**The input**
--- START ---

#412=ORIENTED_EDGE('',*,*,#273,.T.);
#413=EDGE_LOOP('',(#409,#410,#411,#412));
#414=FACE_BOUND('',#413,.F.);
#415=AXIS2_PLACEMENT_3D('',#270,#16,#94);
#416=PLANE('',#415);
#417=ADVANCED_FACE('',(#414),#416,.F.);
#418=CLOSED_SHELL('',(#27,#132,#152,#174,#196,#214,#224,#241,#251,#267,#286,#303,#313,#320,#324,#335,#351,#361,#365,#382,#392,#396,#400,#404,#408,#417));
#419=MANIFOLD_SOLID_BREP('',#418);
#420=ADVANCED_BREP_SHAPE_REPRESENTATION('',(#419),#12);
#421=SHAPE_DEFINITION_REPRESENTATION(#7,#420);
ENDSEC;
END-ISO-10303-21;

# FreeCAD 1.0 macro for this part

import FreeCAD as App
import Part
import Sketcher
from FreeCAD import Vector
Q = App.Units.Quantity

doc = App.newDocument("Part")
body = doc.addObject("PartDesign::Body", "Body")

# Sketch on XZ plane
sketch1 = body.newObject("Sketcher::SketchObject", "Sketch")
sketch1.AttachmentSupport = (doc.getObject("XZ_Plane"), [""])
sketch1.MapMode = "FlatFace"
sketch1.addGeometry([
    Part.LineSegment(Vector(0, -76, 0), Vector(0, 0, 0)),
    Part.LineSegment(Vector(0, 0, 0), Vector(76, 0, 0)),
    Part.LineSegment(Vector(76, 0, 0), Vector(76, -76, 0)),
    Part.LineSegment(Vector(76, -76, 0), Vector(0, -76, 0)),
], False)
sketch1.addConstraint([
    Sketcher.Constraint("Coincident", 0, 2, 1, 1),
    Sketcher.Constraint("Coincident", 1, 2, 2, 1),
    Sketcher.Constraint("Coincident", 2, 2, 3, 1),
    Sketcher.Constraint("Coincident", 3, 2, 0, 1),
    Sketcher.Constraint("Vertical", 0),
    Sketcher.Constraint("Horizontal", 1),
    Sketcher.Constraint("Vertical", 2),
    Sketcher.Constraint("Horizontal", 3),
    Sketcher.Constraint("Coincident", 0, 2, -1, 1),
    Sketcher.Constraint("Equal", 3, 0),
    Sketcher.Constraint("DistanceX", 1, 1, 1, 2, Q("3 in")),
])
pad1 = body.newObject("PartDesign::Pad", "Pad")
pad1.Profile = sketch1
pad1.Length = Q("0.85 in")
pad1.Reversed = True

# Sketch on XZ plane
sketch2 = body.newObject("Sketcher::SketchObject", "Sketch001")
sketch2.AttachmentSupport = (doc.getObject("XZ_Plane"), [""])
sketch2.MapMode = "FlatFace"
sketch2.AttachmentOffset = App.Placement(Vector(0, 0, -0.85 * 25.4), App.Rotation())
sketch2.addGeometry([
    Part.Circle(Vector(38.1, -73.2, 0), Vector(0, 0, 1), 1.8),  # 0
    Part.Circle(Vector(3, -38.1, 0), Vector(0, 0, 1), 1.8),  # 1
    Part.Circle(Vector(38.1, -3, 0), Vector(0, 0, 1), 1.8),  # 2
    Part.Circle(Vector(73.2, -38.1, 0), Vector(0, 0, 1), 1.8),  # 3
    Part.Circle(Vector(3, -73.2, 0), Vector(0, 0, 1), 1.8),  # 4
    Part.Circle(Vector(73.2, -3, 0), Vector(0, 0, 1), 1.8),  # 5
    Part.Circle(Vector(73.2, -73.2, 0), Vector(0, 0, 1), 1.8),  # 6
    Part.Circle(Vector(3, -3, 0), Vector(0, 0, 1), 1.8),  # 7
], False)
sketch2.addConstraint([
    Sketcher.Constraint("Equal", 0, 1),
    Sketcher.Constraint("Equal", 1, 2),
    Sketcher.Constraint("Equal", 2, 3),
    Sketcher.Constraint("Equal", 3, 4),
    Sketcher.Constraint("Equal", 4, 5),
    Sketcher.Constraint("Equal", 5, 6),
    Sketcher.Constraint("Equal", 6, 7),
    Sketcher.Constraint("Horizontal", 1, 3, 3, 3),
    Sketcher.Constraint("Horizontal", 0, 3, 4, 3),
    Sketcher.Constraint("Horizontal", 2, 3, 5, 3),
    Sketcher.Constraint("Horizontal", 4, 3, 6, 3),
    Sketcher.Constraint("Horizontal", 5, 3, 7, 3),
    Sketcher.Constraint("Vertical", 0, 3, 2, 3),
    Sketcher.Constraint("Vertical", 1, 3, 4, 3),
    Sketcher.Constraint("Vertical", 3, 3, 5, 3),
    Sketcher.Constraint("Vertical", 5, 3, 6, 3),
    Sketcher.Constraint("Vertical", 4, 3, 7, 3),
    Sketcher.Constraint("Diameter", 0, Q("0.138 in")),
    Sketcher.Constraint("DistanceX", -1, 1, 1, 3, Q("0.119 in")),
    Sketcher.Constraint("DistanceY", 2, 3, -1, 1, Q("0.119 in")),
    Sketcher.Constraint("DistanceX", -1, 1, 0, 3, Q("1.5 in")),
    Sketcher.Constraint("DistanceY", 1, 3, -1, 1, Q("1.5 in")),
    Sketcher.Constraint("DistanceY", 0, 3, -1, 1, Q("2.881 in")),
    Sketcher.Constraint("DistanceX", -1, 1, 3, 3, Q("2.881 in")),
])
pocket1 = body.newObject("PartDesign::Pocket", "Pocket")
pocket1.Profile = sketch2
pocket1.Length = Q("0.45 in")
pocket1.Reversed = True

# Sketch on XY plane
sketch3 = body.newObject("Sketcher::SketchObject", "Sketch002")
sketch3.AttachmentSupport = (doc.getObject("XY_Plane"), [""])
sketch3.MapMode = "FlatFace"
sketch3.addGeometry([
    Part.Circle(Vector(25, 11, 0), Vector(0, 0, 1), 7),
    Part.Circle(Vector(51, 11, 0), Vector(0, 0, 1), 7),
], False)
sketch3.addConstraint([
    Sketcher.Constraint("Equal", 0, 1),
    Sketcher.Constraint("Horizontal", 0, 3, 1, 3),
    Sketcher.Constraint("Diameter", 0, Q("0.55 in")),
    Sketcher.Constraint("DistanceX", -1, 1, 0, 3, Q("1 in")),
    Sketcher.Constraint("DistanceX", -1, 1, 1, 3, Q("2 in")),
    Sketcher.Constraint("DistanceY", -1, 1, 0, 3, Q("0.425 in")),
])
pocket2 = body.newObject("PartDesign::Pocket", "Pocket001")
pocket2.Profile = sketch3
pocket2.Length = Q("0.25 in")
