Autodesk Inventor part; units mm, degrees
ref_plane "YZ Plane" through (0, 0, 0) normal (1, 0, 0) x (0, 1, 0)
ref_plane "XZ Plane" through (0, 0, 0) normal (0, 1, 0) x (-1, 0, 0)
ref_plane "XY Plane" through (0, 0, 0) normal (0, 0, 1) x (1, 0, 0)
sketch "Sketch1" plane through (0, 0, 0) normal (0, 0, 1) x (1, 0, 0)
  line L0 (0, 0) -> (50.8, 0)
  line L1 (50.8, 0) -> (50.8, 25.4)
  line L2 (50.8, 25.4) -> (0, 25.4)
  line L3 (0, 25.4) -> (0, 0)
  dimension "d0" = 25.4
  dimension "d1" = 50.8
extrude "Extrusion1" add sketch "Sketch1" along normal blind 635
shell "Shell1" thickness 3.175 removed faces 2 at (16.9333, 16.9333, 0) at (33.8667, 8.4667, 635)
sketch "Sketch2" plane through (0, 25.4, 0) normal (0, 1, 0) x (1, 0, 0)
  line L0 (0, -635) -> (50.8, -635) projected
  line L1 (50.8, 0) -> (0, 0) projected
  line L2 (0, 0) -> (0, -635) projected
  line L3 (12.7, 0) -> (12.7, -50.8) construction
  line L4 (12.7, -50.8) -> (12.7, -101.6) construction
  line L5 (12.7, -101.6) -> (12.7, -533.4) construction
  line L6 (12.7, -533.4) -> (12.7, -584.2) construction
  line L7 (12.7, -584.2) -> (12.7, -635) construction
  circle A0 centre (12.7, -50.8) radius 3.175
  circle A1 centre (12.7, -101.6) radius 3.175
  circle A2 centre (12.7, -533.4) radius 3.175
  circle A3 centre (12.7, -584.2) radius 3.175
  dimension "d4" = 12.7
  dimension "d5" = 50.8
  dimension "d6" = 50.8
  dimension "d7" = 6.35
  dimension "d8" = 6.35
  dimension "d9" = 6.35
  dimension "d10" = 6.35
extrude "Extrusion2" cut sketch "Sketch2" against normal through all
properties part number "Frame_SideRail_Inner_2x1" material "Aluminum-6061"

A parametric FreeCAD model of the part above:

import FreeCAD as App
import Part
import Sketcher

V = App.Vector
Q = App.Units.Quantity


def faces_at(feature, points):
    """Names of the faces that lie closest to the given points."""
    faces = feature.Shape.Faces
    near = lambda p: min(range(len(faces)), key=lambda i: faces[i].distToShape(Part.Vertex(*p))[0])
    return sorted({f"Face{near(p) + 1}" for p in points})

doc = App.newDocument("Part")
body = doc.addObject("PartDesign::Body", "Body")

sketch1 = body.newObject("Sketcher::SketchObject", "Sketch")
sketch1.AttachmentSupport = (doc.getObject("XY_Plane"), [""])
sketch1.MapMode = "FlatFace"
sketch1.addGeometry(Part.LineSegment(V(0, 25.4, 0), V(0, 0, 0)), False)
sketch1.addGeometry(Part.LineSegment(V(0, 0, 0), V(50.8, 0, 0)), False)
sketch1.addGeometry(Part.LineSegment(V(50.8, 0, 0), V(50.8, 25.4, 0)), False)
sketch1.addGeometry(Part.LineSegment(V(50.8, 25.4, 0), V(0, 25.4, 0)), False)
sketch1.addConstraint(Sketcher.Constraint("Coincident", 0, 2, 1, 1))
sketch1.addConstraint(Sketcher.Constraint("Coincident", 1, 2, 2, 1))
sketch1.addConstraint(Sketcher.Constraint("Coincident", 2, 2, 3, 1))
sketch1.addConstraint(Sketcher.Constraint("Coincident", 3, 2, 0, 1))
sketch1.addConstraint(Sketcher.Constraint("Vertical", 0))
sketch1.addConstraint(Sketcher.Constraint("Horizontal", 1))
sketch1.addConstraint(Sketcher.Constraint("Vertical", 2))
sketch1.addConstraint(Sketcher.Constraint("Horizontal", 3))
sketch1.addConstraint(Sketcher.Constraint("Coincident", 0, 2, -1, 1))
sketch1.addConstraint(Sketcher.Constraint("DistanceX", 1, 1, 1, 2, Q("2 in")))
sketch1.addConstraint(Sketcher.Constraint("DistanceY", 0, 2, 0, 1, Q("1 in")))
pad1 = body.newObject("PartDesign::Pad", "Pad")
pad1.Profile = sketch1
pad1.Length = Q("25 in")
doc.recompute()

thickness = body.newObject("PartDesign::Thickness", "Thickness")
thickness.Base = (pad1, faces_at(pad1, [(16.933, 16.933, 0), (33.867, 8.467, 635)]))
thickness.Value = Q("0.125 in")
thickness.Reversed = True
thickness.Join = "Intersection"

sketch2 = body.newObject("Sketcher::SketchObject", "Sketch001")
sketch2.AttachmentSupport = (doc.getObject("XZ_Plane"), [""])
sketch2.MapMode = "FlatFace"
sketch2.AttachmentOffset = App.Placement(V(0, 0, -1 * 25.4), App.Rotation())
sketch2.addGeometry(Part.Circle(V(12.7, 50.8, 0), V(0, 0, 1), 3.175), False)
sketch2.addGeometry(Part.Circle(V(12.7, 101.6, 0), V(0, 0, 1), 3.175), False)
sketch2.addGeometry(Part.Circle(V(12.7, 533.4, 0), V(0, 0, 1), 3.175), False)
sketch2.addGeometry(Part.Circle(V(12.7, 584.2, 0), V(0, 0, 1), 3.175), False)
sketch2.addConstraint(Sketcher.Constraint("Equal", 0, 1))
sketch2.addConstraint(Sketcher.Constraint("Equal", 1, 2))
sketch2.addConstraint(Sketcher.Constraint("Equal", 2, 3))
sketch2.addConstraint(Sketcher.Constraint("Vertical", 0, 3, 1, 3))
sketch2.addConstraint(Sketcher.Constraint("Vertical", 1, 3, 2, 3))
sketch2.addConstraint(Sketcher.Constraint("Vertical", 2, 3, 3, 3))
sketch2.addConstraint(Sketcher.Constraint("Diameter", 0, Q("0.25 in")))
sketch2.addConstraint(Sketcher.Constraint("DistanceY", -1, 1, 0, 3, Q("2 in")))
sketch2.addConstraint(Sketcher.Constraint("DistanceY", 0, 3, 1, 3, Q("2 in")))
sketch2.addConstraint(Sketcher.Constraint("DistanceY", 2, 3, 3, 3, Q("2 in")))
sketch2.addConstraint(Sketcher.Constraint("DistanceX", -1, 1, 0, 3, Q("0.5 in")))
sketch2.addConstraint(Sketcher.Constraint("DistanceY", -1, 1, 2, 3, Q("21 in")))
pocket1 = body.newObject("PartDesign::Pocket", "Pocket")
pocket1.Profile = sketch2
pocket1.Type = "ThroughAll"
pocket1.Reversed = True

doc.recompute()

--- END ---

**About this task**
Given the records above, return exactly the lines starting at the line containing "line L0 (0, -635) -> (50.8, -635) projected" and ending at the line containing "A parametric FreeCAD", including both.

**Answer to this problem**
  line L0 (0, -635) -> (50.8, -635) projected
  line L1 (50.8, 0) -> (0, 0) projected
  line L2 (0, 0) -> (0, -635) projected
  line L3 (12.7, 0) -> (12.7, -50.8) construction
  line L4 (12.7, -50.8) -> (12.7, -101.6) construction
  line L5 (12.7, -101.6) -> (12.7, -533.4) construction
  line L6 (12.7, -533.4) -> (12.7, -584.2) construction
  line L7 (12.7, -584.2) -> (12.7, -635) construction
  circle A0 centre (12.7, -50.8) radius 3.175
  circle A1 centre (12.7, -101.6) radius 3.175
  circle A2 centre (12.7, -533.4) radius 3.175
  circle A3 centre (12.7, -584.2) radius 3.175
  dimension "d4" = 12.7
  dimension "d5" = 50.8
  dimension "d6" = 50.8
  dimension "d7" = 6.35
  dimension "d8" = 6.35
  dimension "d9" = 6.35
  dimension "d10" = 6.35
extrude "Extrusion2" cut sketch "Sketch2" against normal through all
properties part number "Frame_SideRail_Inner_2x1" material "Aluminum-6061"

A parametric FreeCAD model of the part above:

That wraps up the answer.